> **EXERCISE**
When you reach the line containing "v 41.455 0 261.737", stop after it; until then, copy each line of the listing exactly, starting with the first.

◇ ◇ ◇ ◇

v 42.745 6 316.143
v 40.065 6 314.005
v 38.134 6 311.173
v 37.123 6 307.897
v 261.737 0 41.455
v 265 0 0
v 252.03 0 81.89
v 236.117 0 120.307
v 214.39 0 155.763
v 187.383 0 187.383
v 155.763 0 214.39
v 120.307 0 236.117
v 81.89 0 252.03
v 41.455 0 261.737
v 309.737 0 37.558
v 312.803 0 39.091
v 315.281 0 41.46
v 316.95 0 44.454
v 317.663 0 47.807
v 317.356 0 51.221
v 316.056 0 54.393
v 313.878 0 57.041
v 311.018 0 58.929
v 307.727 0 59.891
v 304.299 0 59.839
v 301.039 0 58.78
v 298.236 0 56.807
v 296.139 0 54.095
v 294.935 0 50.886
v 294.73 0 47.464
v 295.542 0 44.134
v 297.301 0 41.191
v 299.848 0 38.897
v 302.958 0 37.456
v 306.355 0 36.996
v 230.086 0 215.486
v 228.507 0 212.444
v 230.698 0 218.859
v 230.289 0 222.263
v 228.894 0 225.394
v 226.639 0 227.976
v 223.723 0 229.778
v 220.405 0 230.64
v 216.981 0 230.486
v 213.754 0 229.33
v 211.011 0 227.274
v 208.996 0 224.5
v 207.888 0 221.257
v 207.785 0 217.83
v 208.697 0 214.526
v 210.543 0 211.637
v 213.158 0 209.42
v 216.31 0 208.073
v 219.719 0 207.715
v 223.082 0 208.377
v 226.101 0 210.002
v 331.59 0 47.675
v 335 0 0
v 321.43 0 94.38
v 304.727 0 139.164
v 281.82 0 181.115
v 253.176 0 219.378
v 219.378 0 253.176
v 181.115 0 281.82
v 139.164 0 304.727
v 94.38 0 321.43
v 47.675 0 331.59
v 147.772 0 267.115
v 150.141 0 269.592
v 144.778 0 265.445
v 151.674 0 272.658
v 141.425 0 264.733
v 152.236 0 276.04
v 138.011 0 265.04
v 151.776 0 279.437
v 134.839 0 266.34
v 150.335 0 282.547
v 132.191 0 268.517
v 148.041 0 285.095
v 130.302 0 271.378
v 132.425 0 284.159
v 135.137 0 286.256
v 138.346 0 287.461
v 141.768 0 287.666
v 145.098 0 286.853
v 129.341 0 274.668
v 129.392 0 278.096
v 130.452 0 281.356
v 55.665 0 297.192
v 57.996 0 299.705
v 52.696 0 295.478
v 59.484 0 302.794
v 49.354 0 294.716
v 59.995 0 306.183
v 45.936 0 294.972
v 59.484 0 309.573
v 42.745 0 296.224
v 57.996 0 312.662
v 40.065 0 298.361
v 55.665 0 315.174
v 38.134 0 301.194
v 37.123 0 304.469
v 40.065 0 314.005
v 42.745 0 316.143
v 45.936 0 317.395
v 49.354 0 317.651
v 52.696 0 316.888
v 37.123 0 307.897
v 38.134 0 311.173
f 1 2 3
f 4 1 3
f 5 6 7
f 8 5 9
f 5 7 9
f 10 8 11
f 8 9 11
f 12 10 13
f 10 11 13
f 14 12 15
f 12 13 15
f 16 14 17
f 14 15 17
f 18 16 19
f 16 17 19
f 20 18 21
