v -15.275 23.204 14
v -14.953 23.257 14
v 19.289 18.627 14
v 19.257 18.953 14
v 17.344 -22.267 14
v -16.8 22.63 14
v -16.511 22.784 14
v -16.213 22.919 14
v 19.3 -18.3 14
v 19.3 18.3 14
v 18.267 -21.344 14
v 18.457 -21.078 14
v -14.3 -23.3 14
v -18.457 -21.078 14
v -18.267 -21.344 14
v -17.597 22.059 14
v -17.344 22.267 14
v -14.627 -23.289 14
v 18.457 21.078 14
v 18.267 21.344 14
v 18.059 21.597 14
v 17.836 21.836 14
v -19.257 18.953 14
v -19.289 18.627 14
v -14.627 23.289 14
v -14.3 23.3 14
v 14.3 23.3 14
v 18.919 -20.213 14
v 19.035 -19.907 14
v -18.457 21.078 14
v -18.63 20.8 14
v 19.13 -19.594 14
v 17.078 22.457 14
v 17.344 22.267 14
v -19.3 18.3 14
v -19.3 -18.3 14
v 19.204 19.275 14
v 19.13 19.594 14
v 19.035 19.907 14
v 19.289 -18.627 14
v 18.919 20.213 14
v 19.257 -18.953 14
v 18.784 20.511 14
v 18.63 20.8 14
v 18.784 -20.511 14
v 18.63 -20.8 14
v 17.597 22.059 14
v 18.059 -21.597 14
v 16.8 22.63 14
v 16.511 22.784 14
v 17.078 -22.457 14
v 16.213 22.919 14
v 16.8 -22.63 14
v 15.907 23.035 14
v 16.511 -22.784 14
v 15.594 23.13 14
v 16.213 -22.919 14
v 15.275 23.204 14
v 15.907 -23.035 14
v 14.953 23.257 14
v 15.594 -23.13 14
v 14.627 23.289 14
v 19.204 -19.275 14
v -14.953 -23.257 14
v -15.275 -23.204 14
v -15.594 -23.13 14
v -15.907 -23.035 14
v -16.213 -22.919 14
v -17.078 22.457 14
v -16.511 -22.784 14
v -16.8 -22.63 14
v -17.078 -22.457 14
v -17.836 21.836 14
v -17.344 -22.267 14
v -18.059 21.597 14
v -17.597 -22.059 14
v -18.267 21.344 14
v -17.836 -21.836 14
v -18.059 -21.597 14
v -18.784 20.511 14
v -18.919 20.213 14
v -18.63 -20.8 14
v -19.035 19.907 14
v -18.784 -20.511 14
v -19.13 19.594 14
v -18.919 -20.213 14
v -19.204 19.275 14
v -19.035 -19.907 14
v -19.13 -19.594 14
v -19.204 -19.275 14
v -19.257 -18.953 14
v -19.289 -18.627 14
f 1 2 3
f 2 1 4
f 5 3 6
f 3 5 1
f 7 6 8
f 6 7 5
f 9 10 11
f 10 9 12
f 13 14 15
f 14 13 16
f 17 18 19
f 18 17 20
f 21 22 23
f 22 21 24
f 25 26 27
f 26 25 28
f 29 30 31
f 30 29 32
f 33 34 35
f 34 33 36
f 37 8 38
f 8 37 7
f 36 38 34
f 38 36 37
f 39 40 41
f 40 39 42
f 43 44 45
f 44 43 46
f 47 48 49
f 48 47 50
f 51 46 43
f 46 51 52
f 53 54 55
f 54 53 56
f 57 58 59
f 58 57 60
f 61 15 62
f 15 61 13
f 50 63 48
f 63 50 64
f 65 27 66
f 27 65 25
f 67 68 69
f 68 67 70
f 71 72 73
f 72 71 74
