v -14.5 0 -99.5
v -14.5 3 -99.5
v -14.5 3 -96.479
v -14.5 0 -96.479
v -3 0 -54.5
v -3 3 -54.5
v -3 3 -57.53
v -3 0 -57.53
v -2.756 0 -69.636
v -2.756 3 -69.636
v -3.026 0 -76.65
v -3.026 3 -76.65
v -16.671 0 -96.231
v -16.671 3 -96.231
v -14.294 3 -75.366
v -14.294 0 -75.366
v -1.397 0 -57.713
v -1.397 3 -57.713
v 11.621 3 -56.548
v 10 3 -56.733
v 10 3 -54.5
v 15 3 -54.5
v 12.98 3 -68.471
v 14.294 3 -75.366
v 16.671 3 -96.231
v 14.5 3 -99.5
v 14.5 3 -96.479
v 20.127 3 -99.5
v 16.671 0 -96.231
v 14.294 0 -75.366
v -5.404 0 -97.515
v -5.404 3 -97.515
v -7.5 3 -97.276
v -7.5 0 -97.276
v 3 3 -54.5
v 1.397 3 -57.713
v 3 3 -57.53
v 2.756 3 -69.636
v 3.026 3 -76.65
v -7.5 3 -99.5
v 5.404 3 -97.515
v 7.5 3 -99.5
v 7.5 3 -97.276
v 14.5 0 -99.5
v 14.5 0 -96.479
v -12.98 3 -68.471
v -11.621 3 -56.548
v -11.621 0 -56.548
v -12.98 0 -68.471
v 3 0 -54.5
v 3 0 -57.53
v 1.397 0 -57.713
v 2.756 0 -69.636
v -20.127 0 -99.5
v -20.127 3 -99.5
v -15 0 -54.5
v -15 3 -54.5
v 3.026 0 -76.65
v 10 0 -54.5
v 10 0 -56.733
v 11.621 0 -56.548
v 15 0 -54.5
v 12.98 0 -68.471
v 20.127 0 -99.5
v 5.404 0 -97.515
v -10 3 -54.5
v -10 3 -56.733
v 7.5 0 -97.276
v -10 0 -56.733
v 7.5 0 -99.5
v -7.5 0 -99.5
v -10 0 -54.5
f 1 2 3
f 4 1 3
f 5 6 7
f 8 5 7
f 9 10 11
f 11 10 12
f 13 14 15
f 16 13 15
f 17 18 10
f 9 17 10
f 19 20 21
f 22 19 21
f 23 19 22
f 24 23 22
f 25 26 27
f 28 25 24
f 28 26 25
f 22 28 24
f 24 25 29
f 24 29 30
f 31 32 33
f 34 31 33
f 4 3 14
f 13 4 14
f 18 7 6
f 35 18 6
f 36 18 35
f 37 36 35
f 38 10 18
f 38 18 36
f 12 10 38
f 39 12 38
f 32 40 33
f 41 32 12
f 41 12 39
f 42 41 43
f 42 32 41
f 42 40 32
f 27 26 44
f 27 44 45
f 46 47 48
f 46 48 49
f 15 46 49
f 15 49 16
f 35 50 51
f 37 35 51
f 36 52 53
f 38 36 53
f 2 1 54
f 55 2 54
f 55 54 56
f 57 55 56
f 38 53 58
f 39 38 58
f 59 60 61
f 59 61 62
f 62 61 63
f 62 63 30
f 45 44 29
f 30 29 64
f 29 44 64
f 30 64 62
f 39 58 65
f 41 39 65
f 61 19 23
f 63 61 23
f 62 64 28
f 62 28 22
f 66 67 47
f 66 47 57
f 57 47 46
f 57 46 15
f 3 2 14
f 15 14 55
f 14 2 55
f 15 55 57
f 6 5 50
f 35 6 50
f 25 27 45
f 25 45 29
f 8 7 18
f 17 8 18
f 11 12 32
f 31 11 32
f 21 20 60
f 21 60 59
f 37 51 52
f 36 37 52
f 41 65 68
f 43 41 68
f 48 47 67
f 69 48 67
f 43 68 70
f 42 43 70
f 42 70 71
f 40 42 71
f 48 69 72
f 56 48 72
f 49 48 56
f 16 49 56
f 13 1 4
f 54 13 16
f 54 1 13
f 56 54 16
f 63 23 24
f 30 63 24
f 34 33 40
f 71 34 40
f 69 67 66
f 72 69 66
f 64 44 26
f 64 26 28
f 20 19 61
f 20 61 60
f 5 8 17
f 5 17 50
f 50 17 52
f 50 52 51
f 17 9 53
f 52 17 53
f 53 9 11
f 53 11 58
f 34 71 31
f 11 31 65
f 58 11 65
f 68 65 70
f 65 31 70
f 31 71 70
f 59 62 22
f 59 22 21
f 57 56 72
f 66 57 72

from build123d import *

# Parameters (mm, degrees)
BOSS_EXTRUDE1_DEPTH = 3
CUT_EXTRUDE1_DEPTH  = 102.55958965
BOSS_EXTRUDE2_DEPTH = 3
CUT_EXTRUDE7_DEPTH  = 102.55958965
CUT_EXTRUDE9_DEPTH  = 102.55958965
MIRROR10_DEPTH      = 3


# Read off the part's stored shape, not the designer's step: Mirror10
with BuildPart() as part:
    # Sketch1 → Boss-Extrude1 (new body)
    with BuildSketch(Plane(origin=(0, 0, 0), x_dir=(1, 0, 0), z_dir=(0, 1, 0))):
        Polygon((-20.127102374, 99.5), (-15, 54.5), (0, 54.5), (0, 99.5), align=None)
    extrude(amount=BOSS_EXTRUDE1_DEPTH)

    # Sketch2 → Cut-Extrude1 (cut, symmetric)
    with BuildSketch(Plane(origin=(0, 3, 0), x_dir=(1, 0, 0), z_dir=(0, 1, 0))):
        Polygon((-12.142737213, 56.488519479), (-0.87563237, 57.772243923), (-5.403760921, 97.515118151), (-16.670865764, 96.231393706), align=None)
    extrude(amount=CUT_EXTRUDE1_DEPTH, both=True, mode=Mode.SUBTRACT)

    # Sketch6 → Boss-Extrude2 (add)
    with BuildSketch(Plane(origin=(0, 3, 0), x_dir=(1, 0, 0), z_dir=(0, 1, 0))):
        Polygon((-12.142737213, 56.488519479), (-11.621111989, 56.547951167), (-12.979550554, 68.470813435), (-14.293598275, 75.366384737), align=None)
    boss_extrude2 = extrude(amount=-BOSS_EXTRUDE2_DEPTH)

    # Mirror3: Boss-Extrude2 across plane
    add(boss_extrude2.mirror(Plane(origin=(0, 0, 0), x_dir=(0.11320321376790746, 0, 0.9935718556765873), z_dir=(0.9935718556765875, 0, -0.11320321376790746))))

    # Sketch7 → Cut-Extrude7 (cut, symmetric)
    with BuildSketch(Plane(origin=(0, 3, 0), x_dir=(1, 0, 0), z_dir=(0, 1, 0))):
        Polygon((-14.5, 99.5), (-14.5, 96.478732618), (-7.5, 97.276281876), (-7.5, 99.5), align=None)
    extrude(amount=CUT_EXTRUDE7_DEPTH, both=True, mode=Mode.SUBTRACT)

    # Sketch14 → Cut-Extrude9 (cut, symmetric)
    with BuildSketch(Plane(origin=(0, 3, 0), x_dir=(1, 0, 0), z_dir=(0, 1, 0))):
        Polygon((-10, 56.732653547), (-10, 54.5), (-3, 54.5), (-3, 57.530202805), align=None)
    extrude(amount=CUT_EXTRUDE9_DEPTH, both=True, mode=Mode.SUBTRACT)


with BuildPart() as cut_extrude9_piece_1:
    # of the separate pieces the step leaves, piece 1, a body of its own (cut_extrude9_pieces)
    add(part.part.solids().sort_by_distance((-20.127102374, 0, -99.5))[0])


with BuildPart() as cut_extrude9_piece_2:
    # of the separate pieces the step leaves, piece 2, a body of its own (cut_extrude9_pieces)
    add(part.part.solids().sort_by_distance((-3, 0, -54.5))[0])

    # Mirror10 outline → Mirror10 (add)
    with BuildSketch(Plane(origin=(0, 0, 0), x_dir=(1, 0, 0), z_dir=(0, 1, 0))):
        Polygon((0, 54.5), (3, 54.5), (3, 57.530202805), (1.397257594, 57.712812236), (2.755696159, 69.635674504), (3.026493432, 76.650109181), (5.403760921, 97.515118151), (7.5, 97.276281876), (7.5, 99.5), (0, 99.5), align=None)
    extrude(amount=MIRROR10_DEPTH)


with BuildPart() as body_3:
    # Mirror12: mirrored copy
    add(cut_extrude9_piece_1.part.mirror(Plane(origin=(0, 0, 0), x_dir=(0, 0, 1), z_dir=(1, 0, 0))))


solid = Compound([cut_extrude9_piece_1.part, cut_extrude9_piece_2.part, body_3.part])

◇ ◇ ◇ ◇

> **SOLUTION BELOW**
v 42.745 6 316.143
v 40.065 6 314.005
v 38.134 6 311.173
v 37.123 6 307.897
v 261.737 0 41.455
v 265 0 0
v 252.03 0 81.89
v 236.117 0 120.307
v 214.39 0 155.763
v 187.383 0 187.383
v 155.763 0 214.39
v 120.307 0 236.117
v 81.89 0 252.03
v 41.455 0 261.737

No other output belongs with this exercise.